Each line below from the one containing "#311=LINE('',#306,#25);" through the one containing "#329=AXIS2_PLACEMENT_3D('',#328,#44,#36);" is to be given again exactly, and no line outside that span.
GIVEN DATA Block Start
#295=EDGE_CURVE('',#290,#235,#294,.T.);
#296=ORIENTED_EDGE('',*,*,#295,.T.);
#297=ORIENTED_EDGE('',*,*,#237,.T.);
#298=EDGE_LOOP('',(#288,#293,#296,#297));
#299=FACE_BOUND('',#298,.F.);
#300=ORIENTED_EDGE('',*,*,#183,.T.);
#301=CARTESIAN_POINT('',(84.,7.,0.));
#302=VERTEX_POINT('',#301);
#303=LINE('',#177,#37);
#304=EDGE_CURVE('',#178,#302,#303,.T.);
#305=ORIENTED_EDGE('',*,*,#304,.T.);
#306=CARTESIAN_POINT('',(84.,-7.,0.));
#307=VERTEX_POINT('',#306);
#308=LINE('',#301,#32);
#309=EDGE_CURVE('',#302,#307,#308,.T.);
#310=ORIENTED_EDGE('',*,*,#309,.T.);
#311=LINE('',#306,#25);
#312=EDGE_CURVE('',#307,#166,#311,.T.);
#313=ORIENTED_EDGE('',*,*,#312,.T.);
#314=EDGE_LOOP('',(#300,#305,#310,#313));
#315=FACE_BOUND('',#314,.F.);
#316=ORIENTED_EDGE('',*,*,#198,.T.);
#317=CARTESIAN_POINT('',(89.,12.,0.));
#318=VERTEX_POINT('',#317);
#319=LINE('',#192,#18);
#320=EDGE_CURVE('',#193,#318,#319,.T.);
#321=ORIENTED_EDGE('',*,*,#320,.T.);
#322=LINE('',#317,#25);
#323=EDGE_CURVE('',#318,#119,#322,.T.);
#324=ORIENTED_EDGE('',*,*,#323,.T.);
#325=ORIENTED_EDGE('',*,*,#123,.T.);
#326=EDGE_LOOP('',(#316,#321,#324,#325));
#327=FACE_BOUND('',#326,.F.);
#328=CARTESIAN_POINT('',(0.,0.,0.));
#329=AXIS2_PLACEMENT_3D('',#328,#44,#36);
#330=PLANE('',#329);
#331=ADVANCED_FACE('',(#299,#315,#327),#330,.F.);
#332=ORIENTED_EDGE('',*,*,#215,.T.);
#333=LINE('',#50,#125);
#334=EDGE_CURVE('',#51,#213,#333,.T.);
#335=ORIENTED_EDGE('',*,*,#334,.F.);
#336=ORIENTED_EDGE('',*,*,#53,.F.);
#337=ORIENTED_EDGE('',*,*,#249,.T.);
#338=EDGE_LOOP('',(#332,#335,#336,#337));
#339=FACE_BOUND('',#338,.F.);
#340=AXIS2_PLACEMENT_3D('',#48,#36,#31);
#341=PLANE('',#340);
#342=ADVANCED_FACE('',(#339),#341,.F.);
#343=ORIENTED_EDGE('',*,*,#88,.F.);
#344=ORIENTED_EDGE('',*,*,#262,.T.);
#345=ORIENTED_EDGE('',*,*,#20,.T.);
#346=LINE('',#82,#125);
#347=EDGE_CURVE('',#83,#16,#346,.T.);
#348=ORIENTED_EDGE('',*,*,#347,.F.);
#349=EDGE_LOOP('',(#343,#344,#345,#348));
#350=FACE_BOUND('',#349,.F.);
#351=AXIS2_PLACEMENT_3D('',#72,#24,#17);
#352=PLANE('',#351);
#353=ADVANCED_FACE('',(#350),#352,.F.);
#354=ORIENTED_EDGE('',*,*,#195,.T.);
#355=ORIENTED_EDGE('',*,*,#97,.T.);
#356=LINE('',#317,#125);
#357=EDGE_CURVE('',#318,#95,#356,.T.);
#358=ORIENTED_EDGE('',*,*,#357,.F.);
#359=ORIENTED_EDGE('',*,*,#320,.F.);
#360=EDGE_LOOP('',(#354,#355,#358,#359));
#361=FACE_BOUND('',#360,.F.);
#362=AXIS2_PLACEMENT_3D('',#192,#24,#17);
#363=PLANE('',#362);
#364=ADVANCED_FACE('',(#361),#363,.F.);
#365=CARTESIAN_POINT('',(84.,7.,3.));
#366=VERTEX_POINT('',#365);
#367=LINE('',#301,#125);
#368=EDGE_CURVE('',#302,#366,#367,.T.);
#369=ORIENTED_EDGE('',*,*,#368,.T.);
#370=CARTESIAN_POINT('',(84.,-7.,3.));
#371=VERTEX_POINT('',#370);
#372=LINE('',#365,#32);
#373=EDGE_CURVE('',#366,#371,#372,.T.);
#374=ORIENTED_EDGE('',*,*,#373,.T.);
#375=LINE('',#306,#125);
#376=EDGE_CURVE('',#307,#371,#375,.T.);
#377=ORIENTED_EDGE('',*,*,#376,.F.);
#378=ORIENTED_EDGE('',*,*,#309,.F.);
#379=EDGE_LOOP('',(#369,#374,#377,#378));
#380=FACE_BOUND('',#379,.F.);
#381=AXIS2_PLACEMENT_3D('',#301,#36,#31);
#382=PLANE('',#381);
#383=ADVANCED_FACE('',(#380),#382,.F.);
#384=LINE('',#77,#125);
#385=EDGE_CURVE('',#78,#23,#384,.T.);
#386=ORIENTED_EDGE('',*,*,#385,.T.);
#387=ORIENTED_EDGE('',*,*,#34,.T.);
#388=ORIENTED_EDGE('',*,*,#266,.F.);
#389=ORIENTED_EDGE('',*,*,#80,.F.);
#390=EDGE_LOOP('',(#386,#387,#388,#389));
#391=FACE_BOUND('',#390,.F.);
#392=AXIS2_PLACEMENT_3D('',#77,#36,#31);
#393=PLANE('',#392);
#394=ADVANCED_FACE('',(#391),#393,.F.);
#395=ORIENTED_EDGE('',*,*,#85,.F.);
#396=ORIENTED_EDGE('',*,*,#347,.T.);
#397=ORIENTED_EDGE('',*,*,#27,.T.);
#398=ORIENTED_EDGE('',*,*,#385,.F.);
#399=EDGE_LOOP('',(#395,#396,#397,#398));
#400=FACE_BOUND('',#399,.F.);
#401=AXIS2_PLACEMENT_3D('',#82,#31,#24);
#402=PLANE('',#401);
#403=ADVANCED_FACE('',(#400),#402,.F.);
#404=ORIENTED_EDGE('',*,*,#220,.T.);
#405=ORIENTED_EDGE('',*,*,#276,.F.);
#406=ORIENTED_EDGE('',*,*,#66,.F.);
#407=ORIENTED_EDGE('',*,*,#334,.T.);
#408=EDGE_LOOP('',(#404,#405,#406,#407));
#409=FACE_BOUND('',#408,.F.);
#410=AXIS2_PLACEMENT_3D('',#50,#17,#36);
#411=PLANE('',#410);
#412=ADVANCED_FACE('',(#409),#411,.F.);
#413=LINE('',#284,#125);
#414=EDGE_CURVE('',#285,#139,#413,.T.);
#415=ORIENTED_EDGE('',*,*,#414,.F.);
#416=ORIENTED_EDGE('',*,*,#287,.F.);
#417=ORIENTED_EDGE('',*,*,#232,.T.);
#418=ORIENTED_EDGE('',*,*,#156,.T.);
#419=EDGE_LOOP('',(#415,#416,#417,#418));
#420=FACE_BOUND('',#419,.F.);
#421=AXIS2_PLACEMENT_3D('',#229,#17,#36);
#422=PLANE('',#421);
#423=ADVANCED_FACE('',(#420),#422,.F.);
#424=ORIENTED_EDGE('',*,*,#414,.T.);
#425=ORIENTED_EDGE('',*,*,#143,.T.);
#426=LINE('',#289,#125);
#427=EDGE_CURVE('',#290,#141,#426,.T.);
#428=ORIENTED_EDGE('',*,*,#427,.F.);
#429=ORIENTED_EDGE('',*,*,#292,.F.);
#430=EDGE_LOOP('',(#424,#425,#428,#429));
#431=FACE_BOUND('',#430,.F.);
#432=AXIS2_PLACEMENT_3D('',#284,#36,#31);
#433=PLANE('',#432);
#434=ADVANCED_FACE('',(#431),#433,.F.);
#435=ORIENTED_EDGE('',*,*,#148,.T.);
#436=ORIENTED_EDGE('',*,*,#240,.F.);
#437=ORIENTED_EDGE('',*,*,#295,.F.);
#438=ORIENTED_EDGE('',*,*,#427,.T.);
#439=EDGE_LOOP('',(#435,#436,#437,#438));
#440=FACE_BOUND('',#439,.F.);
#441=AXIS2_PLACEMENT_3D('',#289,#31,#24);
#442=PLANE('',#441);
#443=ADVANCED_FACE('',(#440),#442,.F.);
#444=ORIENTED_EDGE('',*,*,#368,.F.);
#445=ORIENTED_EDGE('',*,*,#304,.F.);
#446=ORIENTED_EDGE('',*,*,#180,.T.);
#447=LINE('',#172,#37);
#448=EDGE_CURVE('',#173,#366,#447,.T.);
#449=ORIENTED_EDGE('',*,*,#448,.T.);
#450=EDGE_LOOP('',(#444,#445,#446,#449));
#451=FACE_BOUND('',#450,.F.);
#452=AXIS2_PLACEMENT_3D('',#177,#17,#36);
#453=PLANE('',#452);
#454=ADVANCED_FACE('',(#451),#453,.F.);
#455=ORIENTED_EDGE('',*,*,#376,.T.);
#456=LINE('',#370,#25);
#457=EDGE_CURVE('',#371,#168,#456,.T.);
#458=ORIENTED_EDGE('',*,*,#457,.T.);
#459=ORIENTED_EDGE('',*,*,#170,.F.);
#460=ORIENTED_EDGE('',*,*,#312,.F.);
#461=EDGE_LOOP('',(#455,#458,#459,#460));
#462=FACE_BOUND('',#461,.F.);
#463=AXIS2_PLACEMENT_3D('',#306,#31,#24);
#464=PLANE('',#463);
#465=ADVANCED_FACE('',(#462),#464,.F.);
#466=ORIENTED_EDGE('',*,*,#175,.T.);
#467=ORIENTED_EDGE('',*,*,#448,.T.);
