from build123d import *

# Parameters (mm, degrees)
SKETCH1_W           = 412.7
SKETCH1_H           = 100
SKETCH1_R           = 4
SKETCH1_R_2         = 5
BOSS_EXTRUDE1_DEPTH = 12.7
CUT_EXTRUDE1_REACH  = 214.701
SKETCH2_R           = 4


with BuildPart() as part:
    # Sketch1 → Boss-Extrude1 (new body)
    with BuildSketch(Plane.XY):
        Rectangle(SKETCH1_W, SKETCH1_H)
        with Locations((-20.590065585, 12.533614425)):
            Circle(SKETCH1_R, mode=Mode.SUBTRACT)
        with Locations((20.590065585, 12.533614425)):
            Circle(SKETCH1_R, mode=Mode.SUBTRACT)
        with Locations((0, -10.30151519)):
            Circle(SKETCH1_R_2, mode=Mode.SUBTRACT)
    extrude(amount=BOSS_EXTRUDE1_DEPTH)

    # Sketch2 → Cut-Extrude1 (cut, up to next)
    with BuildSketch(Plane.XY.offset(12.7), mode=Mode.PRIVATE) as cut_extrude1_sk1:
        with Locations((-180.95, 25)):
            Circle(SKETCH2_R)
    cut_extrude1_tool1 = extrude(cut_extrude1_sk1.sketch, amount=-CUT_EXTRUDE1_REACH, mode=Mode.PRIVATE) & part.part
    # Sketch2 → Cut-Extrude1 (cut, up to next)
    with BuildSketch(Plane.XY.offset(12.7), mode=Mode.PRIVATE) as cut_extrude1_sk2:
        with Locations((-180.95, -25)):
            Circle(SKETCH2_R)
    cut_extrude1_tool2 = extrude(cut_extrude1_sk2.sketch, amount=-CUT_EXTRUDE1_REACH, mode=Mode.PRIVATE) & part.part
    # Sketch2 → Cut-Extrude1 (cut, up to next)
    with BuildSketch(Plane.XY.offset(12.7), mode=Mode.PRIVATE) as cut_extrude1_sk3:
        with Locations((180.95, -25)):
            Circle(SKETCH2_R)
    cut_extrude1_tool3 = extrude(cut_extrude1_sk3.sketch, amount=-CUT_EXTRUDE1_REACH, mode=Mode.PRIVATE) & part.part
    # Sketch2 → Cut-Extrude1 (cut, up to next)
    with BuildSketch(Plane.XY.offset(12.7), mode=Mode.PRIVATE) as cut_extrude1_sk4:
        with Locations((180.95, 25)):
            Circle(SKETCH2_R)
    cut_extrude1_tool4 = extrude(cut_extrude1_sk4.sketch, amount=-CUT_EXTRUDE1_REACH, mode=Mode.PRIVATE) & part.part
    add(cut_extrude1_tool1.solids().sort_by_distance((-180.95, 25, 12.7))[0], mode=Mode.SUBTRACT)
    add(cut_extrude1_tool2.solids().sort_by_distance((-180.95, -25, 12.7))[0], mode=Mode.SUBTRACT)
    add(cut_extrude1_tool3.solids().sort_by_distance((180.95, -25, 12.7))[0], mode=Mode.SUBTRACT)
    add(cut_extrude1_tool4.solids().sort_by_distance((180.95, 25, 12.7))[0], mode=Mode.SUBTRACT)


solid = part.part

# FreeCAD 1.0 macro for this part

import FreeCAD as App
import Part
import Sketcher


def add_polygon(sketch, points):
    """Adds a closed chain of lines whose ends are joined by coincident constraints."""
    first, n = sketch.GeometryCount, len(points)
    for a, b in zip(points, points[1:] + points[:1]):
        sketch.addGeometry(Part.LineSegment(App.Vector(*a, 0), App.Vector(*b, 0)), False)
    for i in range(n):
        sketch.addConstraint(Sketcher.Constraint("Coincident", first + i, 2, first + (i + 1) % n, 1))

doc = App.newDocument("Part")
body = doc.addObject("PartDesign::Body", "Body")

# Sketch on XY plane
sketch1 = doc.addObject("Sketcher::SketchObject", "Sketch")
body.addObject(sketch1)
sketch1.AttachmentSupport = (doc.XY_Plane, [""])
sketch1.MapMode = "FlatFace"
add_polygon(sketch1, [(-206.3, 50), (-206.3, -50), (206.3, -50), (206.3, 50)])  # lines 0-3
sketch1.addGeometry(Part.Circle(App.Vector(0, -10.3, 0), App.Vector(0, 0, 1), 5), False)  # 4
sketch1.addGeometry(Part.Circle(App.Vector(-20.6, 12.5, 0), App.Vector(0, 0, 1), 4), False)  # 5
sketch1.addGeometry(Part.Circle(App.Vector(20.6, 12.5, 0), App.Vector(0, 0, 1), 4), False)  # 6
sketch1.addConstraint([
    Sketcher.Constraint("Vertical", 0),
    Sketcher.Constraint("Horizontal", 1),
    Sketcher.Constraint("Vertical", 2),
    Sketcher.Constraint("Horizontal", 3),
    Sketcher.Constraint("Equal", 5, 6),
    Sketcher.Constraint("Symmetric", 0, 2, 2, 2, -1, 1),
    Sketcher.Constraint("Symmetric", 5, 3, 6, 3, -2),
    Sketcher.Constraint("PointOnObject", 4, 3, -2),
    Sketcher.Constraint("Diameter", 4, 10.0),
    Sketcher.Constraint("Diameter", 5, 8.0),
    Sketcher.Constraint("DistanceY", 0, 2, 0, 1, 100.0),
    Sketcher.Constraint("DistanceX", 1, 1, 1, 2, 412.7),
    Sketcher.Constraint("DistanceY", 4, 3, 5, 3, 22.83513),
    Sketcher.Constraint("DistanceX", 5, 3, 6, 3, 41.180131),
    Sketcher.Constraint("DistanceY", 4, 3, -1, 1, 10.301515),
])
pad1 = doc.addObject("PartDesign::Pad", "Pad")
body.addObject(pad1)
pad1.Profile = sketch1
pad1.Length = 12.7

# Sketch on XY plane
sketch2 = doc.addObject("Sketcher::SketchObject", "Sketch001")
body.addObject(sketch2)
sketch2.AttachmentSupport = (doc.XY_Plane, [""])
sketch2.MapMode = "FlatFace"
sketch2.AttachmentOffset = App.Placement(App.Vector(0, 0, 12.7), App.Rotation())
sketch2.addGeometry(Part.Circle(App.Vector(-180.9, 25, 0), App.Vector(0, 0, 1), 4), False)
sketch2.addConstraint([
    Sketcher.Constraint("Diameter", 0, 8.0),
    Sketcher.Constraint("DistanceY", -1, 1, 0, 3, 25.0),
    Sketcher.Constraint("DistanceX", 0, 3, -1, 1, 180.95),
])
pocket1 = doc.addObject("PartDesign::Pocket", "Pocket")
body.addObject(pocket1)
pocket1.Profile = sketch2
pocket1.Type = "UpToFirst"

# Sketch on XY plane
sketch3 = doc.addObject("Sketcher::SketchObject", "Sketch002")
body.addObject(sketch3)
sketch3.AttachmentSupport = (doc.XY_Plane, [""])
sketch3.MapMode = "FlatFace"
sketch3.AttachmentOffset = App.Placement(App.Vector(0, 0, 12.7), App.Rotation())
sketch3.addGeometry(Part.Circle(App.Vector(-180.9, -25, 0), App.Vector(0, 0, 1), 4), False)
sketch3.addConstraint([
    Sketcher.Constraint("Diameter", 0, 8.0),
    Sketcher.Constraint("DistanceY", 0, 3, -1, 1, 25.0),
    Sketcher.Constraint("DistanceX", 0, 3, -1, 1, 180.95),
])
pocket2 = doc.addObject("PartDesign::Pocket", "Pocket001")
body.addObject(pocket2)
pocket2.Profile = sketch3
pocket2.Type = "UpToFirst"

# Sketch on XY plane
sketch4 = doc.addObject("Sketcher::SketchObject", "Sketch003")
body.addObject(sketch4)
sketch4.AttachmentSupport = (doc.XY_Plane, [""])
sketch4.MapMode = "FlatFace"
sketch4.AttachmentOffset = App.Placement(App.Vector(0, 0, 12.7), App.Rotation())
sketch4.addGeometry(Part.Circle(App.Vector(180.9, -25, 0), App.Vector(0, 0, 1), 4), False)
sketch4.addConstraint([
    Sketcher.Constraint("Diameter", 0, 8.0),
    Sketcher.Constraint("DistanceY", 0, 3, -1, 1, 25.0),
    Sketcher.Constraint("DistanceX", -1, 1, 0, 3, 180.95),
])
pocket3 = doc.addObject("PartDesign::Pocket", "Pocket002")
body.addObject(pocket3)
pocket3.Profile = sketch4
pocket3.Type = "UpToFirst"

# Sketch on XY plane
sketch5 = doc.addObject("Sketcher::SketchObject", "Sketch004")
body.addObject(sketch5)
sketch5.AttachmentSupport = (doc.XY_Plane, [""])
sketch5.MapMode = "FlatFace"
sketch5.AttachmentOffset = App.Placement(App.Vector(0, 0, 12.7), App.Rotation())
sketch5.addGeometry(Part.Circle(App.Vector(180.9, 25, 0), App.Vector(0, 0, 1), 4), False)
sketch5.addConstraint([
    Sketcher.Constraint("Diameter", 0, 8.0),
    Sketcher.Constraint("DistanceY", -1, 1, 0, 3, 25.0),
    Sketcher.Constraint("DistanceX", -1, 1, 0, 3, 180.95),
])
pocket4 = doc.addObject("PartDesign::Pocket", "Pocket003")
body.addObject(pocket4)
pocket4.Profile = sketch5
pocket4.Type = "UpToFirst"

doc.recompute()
GIVEN DATA Block End
RESULT BELOW>
#311=LINE('',#306,#25);
#312=EDGE_CURVE('',#307,#166,#311,.T.);
#313=ORIENTED_EDGE('',*,*,#312,.T.);
#314=EDGE_LOOP('',(#300,#305,#310,#313));
#315=FACE_BOUND('',#314,.F.);
#316=ORIENTED_EDGE('',*,*,#198,.T.);
#317=CARTESIAN_POINT('',(89.,12.,0.));
#318=VERTEX_POINT('',#317);
#319=LINE('',#192,#18);
#320=EDGE_CURVE('',#193,#318,#319,.T.);
#321=ORIENTED_EDGE('',*,*,#320,.T.);
#322=LINE('',#317,#25);
#323=EDGE_CURVE('',#318,#119,#322,.T.);
#324=ORIENTED_EDGE('',*,*,#323,.T.);
#325=ORIENTED_EDGE('',*,*,#123,.T.);
#326=EDGE_LOOP('',(#316,#321,#324,#325));
#327=FACE_BOUND('',#326,.F.);
#328=CARTESIAN_POINT('',(0.,0.,0.));
#329=AXIS2_PLACEMENT_3D('',#328,#44,#36);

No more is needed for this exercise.